Stylistically, the book strikes a careful balance. It is intellectually rich but never obfuscating; deeply theoretical but always readable. Wild writes with clarity and momentum, folding technical terms into sentences with grace. Even readers new to Freud or Lacan will find themselves guided through complex concepts without condescension or jargon. That in itself is a feat.

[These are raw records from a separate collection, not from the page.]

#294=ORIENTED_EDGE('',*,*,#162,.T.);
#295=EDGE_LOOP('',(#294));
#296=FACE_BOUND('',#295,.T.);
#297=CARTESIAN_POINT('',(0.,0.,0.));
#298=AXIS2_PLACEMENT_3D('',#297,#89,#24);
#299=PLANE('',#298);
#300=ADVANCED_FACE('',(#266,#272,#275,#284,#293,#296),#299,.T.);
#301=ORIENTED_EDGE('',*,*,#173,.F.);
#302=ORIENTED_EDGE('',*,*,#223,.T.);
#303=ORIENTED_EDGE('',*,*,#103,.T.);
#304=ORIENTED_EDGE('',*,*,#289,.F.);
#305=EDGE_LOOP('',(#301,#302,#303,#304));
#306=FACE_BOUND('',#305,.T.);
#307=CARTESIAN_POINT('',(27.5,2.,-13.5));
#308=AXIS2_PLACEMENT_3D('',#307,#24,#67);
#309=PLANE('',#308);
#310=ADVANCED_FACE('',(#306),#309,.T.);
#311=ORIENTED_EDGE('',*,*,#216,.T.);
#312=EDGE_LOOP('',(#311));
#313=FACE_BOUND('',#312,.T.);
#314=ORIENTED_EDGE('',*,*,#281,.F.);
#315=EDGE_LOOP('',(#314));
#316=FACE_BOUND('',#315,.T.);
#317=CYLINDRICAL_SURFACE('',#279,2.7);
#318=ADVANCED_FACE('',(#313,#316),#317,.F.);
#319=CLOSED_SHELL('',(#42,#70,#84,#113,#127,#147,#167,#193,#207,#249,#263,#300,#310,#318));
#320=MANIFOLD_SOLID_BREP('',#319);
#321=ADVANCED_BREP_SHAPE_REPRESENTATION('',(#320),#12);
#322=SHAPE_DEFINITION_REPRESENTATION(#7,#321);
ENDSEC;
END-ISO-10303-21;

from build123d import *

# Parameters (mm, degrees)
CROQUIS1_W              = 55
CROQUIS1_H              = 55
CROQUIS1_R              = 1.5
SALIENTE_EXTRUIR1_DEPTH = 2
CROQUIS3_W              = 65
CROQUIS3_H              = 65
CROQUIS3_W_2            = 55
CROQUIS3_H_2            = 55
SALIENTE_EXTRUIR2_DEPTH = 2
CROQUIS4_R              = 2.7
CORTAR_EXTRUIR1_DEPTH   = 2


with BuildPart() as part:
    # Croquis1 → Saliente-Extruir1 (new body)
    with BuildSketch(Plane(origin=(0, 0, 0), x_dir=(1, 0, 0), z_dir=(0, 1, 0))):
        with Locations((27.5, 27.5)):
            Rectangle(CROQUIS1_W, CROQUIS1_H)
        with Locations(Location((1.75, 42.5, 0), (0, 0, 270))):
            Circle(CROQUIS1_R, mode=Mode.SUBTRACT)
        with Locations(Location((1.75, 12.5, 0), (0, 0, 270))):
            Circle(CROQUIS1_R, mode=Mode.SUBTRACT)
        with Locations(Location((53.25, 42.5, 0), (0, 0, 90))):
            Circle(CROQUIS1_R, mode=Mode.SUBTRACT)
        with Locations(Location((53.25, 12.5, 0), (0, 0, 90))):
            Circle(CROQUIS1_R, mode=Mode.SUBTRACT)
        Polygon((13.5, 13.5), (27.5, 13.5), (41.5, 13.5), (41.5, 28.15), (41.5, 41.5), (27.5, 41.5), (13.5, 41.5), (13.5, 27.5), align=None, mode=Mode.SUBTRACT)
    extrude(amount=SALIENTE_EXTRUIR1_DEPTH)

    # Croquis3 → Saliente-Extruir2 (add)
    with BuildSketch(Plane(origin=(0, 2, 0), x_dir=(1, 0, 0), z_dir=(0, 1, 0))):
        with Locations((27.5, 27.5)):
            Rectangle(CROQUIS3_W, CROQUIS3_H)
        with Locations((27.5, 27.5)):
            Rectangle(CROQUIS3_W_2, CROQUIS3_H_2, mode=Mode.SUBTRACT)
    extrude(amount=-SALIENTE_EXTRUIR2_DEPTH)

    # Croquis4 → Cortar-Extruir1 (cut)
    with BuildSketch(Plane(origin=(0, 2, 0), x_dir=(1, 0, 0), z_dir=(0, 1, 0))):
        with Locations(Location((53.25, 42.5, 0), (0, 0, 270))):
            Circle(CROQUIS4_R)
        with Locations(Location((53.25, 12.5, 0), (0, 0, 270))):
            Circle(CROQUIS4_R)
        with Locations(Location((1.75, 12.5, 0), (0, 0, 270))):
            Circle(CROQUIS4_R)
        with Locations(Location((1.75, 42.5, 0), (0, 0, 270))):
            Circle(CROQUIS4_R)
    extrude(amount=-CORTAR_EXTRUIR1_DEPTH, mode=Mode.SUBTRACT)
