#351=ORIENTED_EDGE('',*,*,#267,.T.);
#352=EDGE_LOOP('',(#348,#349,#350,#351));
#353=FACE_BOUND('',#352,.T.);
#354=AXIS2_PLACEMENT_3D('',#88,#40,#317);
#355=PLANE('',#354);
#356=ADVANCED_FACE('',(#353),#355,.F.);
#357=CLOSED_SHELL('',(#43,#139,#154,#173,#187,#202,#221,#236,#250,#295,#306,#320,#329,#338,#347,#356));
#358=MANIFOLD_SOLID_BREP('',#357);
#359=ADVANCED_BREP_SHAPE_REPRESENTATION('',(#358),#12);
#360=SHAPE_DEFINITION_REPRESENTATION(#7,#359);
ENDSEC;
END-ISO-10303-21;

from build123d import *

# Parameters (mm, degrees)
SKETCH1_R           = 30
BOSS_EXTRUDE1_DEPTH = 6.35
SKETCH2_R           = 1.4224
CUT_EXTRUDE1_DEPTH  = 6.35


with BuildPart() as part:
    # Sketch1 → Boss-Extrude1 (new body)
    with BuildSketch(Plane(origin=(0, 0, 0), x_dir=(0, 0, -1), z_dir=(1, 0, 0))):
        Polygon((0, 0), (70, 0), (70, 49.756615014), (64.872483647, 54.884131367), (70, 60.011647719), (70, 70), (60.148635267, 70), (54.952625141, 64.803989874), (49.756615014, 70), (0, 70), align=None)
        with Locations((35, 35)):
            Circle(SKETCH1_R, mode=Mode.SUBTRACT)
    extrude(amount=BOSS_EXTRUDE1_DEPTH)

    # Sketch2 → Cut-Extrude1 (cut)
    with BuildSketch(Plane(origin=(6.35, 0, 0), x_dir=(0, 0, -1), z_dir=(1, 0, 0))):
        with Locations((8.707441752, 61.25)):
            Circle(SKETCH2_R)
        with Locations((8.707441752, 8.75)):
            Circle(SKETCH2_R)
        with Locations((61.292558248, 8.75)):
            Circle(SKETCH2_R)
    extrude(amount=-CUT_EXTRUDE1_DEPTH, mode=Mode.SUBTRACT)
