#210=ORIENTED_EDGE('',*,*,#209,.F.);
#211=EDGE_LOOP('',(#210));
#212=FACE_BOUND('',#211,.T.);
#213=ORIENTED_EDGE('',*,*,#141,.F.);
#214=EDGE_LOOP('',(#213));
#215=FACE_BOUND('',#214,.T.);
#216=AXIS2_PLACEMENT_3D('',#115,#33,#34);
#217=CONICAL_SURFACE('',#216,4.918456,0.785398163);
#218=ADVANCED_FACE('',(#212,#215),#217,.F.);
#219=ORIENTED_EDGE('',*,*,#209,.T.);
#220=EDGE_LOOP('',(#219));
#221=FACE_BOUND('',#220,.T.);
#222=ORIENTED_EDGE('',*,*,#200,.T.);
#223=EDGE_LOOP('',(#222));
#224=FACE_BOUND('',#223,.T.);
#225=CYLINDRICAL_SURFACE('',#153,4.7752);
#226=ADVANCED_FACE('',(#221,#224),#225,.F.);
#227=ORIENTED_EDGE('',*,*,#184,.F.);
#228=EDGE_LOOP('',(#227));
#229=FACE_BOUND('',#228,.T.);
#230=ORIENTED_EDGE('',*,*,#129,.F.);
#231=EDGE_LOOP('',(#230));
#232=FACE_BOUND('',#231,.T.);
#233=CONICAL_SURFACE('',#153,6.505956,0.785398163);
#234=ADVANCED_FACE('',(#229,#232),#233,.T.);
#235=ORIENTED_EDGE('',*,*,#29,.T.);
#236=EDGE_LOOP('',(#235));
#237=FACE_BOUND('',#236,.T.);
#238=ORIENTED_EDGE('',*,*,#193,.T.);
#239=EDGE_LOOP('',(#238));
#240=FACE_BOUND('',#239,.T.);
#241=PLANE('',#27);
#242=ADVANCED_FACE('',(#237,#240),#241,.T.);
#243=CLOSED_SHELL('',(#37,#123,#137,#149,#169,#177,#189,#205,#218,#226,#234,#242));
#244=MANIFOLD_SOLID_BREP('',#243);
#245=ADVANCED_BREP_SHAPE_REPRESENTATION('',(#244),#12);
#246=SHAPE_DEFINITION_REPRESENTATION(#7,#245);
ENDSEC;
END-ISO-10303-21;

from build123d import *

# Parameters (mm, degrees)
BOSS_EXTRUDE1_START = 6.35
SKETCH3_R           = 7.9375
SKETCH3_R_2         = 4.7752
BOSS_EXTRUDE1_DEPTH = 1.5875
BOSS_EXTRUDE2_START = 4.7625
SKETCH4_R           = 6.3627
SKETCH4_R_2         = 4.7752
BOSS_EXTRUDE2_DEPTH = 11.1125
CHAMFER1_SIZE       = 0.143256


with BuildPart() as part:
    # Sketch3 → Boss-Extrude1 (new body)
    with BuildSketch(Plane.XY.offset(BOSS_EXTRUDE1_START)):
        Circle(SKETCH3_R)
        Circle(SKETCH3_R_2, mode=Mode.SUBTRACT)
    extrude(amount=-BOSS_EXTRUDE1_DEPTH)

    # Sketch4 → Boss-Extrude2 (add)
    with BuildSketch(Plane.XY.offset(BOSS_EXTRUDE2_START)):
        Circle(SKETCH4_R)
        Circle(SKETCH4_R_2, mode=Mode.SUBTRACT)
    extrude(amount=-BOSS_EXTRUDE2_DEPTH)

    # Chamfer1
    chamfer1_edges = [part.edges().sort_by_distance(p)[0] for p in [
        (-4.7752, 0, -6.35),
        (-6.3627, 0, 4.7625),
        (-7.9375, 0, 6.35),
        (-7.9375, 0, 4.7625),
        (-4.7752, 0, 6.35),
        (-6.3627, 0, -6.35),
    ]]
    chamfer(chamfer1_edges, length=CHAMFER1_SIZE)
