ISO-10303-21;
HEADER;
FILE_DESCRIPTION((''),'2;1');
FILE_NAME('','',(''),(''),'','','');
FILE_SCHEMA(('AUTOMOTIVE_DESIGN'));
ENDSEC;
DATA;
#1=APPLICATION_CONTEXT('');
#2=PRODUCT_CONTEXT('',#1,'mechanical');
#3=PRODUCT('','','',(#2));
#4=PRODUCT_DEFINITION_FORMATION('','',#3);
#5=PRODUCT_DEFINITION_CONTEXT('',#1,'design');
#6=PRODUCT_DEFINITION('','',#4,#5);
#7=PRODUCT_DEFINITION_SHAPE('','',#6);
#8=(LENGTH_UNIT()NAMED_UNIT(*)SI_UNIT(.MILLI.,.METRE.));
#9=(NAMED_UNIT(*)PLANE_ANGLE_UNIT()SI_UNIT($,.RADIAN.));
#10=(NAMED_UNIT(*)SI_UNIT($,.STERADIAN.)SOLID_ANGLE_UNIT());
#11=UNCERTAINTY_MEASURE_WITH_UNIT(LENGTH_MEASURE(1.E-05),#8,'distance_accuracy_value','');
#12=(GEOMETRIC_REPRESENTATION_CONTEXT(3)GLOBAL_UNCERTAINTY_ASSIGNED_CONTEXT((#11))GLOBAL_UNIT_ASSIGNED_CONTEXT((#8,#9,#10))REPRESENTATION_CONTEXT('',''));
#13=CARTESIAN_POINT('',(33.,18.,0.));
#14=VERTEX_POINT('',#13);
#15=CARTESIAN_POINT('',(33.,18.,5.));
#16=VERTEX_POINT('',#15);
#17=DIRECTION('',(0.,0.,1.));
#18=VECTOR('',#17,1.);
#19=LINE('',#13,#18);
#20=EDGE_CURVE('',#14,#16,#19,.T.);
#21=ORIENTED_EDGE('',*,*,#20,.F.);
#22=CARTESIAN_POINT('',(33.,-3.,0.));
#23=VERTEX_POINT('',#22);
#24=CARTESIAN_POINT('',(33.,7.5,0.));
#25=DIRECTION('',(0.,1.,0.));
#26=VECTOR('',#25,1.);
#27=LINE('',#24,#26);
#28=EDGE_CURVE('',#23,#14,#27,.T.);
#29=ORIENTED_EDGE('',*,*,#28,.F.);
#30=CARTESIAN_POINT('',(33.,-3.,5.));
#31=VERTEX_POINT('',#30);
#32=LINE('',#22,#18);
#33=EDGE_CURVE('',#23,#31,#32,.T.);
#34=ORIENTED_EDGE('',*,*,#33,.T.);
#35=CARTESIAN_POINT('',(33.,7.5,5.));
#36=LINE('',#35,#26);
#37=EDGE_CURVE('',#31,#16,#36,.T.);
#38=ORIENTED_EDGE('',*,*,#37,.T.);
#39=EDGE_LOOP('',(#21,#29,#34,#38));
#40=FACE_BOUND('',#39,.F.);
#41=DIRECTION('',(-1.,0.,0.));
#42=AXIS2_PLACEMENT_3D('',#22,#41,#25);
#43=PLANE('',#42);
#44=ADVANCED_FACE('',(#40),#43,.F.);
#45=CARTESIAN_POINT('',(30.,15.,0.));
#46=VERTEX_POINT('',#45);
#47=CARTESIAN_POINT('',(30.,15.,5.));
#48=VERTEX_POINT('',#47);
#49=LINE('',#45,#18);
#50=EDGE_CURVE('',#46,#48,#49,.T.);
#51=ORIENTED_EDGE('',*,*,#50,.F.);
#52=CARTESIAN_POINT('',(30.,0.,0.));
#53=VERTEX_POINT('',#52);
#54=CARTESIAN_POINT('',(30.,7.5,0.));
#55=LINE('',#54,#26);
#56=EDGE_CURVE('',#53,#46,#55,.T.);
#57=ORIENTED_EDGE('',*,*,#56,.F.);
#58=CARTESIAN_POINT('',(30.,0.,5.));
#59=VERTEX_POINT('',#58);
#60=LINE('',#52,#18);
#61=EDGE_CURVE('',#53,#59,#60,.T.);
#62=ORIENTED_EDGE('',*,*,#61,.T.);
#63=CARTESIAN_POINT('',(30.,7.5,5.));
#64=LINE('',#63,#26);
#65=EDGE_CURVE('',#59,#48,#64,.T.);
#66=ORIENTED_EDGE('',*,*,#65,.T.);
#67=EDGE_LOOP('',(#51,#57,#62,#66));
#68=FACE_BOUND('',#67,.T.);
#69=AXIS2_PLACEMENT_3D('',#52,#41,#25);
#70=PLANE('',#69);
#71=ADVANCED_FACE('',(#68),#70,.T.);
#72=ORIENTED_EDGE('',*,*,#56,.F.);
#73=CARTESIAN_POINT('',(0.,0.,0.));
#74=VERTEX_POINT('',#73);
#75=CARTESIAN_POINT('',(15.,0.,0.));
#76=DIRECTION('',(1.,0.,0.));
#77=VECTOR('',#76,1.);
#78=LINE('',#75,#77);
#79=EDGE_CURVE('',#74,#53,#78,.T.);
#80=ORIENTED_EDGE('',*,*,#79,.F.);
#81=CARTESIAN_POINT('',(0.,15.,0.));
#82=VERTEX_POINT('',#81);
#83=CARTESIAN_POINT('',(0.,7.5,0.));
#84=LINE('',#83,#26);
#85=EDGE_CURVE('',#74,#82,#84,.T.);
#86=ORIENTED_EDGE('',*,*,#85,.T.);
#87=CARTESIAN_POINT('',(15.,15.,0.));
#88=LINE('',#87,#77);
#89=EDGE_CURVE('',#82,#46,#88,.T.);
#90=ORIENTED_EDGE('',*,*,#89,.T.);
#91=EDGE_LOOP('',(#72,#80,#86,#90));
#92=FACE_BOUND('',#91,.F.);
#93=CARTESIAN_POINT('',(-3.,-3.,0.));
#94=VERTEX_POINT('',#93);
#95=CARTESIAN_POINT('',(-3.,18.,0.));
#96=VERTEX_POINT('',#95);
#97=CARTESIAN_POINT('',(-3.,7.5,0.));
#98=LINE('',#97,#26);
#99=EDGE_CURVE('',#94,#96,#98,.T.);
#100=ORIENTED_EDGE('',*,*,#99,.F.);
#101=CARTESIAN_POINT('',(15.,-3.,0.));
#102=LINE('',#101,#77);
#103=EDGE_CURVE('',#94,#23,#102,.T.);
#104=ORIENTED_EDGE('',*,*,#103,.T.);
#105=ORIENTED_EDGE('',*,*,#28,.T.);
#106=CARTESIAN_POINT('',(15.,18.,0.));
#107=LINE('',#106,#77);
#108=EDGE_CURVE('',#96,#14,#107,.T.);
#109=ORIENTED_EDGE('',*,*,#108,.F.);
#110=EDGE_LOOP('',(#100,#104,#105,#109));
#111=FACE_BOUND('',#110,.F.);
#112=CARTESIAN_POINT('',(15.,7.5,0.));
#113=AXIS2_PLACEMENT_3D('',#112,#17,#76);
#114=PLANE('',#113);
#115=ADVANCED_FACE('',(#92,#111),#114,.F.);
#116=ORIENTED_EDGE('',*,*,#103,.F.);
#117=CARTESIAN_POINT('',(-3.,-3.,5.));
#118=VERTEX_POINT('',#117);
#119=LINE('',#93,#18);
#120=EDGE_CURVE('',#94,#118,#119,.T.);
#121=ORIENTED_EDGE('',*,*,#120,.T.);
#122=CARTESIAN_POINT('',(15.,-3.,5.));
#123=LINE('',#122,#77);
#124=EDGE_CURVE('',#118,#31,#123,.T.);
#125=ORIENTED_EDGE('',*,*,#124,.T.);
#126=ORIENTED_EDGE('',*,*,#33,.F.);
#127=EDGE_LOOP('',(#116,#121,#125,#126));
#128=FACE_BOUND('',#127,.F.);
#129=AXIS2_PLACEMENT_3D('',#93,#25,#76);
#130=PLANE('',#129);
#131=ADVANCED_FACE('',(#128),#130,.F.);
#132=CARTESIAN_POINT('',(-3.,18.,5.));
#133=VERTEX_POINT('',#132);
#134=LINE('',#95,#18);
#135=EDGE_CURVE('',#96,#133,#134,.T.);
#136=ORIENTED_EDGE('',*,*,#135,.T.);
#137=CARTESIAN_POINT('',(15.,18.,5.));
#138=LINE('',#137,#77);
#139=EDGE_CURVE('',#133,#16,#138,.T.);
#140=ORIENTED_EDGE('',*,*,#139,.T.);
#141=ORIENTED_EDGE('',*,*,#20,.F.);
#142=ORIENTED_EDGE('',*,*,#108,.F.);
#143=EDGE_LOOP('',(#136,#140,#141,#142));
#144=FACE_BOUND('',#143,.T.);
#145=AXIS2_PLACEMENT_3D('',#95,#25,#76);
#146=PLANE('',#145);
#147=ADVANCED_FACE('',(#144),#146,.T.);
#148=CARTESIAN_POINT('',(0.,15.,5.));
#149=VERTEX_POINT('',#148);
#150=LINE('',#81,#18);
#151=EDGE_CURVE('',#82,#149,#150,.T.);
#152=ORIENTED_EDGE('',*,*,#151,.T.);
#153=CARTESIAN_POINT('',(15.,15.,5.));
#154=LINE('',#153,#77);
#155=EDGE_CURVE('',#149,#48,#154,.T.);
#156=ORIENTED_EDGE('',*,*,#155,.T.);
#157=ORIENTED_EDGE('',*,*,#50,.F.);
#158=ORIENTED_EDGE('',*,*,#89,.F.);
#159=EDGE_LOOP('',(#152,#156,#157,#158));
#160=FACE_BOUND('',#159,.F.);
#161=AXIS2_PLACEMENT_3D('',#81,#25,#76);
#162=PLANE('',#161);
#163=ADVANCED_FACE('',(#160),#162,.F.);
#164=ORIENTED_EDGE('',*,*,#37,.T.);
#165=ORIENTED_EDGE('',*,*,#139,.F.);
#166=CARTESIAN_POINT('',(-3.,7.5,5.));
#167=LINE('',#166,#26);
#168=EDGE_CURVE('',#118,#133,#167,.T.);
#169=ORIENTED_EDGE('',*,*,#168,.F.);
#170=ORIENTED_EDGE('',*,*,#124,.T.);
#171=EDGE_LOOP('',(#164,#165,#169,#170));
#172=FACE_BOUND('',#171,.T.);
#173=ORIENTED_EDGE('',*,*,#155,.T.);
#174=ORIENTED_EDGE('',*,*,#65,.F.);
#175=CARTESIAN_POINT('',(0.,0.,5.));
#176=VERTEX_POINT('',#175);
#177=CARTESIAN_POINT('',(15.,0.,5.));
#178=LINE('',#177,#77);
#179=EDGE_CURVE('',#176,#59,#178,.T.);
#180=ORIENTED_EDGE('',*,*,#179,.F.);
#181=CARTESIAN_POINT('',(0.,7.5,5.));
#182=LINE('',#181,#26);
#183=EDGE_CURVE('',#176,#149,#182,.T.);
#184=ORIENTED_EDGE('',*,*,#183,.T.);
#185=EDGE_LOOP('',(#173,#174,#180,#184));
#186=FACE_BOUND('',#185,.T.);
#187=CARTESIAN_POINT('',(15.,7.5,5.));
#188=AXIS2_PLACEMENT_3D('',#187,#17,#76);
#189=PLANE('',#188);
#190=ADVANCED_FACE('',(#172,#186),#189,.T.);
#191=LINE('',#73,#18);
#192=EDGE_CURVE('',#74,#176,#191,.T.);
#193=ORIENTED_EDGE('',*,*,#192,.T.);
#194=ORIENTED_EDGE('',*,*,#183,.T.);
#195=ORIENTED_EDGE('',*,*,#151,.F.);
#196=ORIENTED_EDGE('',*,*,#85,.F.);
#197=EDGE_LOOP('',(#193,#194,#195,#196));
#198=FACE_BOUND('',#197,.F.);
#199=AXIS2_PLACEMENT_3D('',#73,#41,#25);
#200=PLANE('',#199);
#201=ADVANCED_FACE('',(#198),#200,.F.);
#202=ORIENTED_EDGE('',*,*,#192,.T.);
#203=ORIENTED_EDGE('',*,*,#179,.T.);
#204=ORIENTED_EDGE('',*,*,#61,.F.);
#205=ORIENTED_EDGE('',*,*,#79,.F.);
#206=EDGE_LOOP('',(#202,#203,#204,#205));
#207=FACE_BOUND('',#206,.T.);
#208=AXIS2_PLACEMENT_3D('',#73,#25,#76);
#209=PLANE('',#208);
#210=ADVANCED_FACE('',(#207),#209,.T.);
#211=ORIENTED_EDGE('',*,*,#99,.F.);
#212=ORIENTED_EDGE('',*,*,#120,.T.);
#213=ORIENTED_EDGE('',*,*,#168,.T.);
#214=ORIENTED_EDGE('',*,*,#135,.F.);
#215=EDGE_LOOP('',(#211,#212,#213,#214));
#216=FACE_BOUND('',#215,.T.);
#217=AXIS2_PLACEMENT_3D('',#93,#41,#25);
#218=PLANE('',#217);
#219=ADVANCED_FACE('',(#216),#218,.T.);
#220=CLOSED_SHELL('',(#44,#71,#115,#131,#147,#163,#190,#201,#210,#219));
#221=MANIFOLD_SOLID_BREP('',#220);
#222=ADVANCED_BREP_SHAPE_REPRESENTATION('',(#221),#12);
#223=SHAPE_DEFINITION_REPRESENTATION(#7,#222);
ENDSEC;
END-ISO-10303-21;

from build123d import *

# Parameters (mm, degrees)
SKETCH_W   = 36
SKETCH_H   = 21
SKETCH_W_2 = 30
SKETCH_H_2 = 15
PAD_DEPTH  = 5


with BuildPart() as part:
    # Sketch → Pad (new body)
    with BuildSketch(Plane.XY):
        with Locations((15, 7.5)):
            Rectangle(SKETCH_W, SKETCH_H)
        with Locations((15, 7.5)):
            Rectangle(SKETCH_W_2, SKETCH_H_2, mode=Mode.SUBTRACT)
    extrude(amount=PAD_DEPTH)


solid = part.part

In a media landscape increasingly saturated with content but impoverished in critical method, Psychoanalysing Horror Cinema arrives as a kind of corrective – and a gift. There are a select number of very few books where horror is treated not just as affect or spectacle, but as a site of psychic truth, and where theory serves as an opening rather than a closure. Psychoanalysing Horror Cinema joins their ranks, with the differentiating point that it brings serious psychoanalytic understanding to a lay audience.

This is a landmark work of film criticism: emotionally intelligent, theoretically rigorous, and truly accessible. Psychoanalysing Horror Cinema is the book we didn’t realise we were waiting for, the essential bridge between horror fandom and psychoanalytic insight. Mary Wild has written a classic-in-the-making, one that will reshape how we think about the genre, and perhaps ourselves.